**Task to complete:**
Starting at the first line of the data below, write out each line exactly until you reach the line containing "extrude(amount=Y_KSEKLIK_EKSTR_ZYON1_DEPTH)", and include that line too.
[Given data Boundary: Start]
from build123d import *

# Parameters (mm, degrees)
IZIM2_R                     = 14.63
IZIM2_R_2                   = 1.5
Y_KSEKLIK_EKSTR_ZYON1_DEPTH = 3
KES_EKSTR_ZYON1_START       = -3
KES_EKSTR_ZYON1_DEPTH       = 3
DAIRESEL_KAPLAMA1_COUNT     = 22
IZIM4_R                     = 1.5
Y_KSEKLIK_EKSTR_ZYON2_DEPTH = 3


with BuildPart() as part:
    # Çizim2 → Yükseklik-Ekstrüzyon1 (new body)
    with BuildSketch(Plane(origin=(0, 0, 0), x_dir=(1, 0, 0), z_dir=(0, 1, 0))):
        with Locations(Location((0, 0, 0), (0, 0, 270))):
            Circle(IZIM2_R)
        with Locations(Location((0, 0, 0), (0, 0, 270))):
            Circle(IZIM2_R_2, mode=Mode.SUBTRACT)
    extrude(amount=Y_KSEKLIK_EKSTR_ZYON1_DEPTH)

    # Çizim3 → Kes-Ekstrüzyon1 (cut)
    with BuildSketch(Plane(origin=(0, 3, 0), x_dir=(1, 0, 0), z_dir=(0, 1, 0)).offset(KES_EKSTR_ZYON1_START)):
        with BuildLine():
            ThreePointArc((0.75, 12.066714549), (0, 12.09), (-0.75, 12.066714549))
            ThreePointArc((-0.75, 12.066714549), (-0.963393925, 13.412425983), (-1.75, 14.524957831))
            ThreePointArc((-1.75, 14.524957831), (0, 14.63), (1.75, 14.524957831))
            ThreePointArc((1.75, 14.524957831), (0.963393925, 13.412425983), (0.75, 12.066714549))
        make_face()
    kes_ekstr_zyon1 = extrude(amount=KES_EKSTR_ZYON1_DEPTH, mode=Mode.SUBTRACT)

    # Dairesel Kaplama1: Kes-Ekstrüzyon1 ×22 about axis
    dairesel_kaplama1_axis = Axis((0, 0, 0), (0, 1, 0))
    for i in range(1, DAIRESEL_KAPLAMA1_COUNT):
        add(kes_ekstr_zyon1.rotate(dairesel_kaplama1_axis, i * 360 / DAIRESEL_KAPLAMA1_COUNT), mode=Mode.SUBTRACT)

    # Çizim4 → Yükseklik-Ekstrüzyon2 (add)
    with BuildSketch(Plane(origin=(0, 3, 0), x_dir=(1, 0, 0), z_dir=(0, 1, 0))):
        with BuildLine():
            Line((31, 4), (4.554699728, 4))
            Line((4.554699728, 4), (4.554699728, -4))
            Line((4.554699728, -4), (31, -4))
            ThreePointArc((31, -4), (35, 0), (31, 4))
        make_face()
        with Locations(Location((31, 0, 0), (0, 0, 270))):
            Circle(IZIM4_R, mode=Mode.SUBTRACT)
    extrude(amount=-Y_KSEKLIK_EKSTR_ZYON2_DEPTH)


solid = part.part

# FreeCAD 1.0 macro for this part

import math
import FreeCAD as App
import Part
import Sketcher

V = App.Vector
Q = App.Units.Quantity

doc = App.newDocument("Part")
body = doc.addObject("PartDesign::Body", "Body")

sketch1 = doc.addObject("Sketcher::SketchObject", "Sketch")
body.addObject(sketch1)
sketch1.AttachmentSupport = (doc.XZ_Plane, [""])
sketch1.MapMode = "FlatFace"
sketch1.addGeometry([
    Part.Circle(V(0, 0, 0), V(0, 0, 1), 14.6),
    Part.Circle(V(0, 0, 0), V(0, 0, 1), 1.5),
], False)
sketch1.addConstraint([
    Sketcher.Constraint("Coincident", 0, 3, -1, 1),
    Sketcher.Constraint("Coincident", 1, 3, -1, 1),
    Sketcher.Constraint("Diameter", 1, Q("3 mm")),
    Sketcher.Constraint("Diameter", 0, Q("29.26 mm")),
])
pad1 = doc.addObject("PartDesign::Pad", "Pad")
body.addObject(pad1)
pad1.Profile = sketch1
pad1.Length = 3
pad1.Reversed = True

sketch2 = doc.addObject("Sketcher::SketchObject", "Sketch001")
body.addObject(sketch2)
sketch2.AttachmentSupport = (doc.XZ_Plane, [""])
sketch2.MapMode = "FlatFace"
sketch2.addGeometry([
    Part.ArcOfCircle(Part.Circle(V(0, 0, 0), V(0, 0, 1), 12.1), math.radians(-93.56), math.radians(-86.44)),
    Part.ArcOfCircle(Part.Circle(V(3.7, -12.3, 0), V(0, 0, 1), 3), math.radians(176), math.radians(228)),
    Part.ArcOfCircle(Part.Circle(V(0, 0, 0), V(0, 0, 1), 14.6), math.radians(-96.87), math.radians(-83.13)),
    Part.ArcOfCircle(Part.Circle(V(-3.7, -12.3, 0), V(0, 0, 1), 3), math.radians(-48), math.radians(4)),
], False)
sketch2.addConstraint([
    Sketcher.Constraint("Coincident", 0, 2, 1, 1),
    Sketcher.Constraint("Coincident", 1, 2, 2, 2),
    Sketcher.Constraint("Coincident", 2, 1, 3, 1),
    Sketcher.Constraint("Coincident", 3, 2, 0, 1),
    Sketcher.Constraint("Coincident", 0, 3, -1, 1),
    Sketcher.Constraint("Coincident", 2, 3, -1, 1),
    Sketcher.Constraint("Equal", 1, 3),
    Sketcher.Constraint("Symmetric", 1, 3, 3, 3, -2),
    Sketcher.Constraint("Radius", 1, Q("3 mm")),
    Sketcher.Constraint("Radius", 0, Q("12.09 mm")),
    Sketcher.Constraint("Radius", 2, Q("14.63 mm")),
    Sketcher.Constraint("DistanceX", 0, 2, 1, 2, Q("1 mm")),
    Sketcher.Constraint("DistanceX", 2, 1, 1, 2, Q("3.5 mm")),
])
pocket1 = doc.addObject("PartDesign::Pocket", "Pocket")
body.addObject(pocket1)
pocket1.Profile = sketch2
pocket1.Length = 3
doc.recompute()

polarpattern = doc.addObject("PartDesign::PolarPattern", "PolarPattern")
body.addObject(polarpattern)
polarpattern.Originals = [pocket1]
polarpattern.Axis = (doc.Y_Axis, [""])
polarpattern.Angle = 360
polarpattern.Occurrences = 22
body.Tip = polarpattern

sketch3 = doc.addObject("Sketcher::SketchObject", "Sketch002")
body.addObject(sketch3)
sketch3.AttachmentSupport = (doc.XZ_Plane, [""])
sketch3.MapMode = "FlatFace"
sketch3.AttachmentOffset = App.Placement(V(0, 0, -3), App.Rotation())
sketch3.addGeometry([
    Part.LineSegment(V(31, -4, 0), V(4.6, -4, 0)),
    Part.LineSegment(V(4.6, -4, 0), V(4.6, 4, 0)),
    Part.LineSegment(V(4.6, 4, 0), V(31, 4, 0)),
    Part.ArcOfCircle(Part.Circle(V(31, 0, 0), V(0, 0, 1), 4), math.radians(-90), math.radians(90)),
    Part.Circle(V(31, 0, 0), V(0, 0, 1), 1.5),
], False)
sketch3.addConstraint([
    Sketcher.Constraint("Coincident", 0, 2, 1, 1),
    Sketcher.Constraint("Coincident", 1, 2, 2, 1),
    Sketcher.Constraint("Tangent", 2, 2, 3, 2),
    Sketcher.Constraint("Tangent", 3, 1, 0, 1),
    Sketcher.Constraint("Horizontal", 0),
    Sketcher.Constraint("Vertical", 1),
    Sketcher.Constraint("Horizontal", 2),
    Sketcher.Constraint("Coincident", 4, 3, 3, 3),
    Sketcher.Constraint("PointOnObject", 3, 3, -1),
    Sketcher.Constraint("Diameter", 4, Q("3 mm")),
    Sketcher.Constraint("Radius", 3, Q("4 mm")),
    Sketcher.Constraint("DistanceX", -1, 1, 3, 3, Q("31 mm")),
    Sketcher.Constraint("DistanceX", 0, 2, 0, 1, Q("26.4453 mm")),
])
pad2 = doc.addObject("PartDesign::Pad", "Pad001")
body.addObject(pad2)
pad2.Profile = sketch3
pad2.Length = 3

doc.recompute()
[Given data Boundary: End]
**Response:**
from build123d import *

# Parameters (mm, degrees)
IZIM2_R                     = 14.63
IZIM2_R_2                   = 1.5
Y_KSEKLIK_EKSTR_ZYON1_DEPTH = 3
KES_EKSTR_ZYON1_START       = -3
KES_EKSTR_ZYON1_DEPTH       = 3
DAIRESEL_KAPLAMA1_COUNT     = 22
IZIM4_R                     = 1.5
Y_KSEKLIK_EKSTR_ZYON2_DEPTH = 3


with BuildPart() as part:
    # Çizim2 → Yükseklik-Ekstrüzyon1 (new body)
    with BuildSketch(Plane(origin=(0, 0, 0), x_dir=(1, 0, 0), z_dir=(0, 1, 0))):
        with Locations(Location((0, 0, 0), (0, 0, 270))):
            Circle(IZIM2_R)
        with Locations(Location((0, 0, 0), (0, 0, 270))):
            Circle(IZIM2_R_2, mode=Mode.SUBTRACT)
    extrude(amount=Y_KSEKLIK_EKSTR_ZYON1_DEPTH)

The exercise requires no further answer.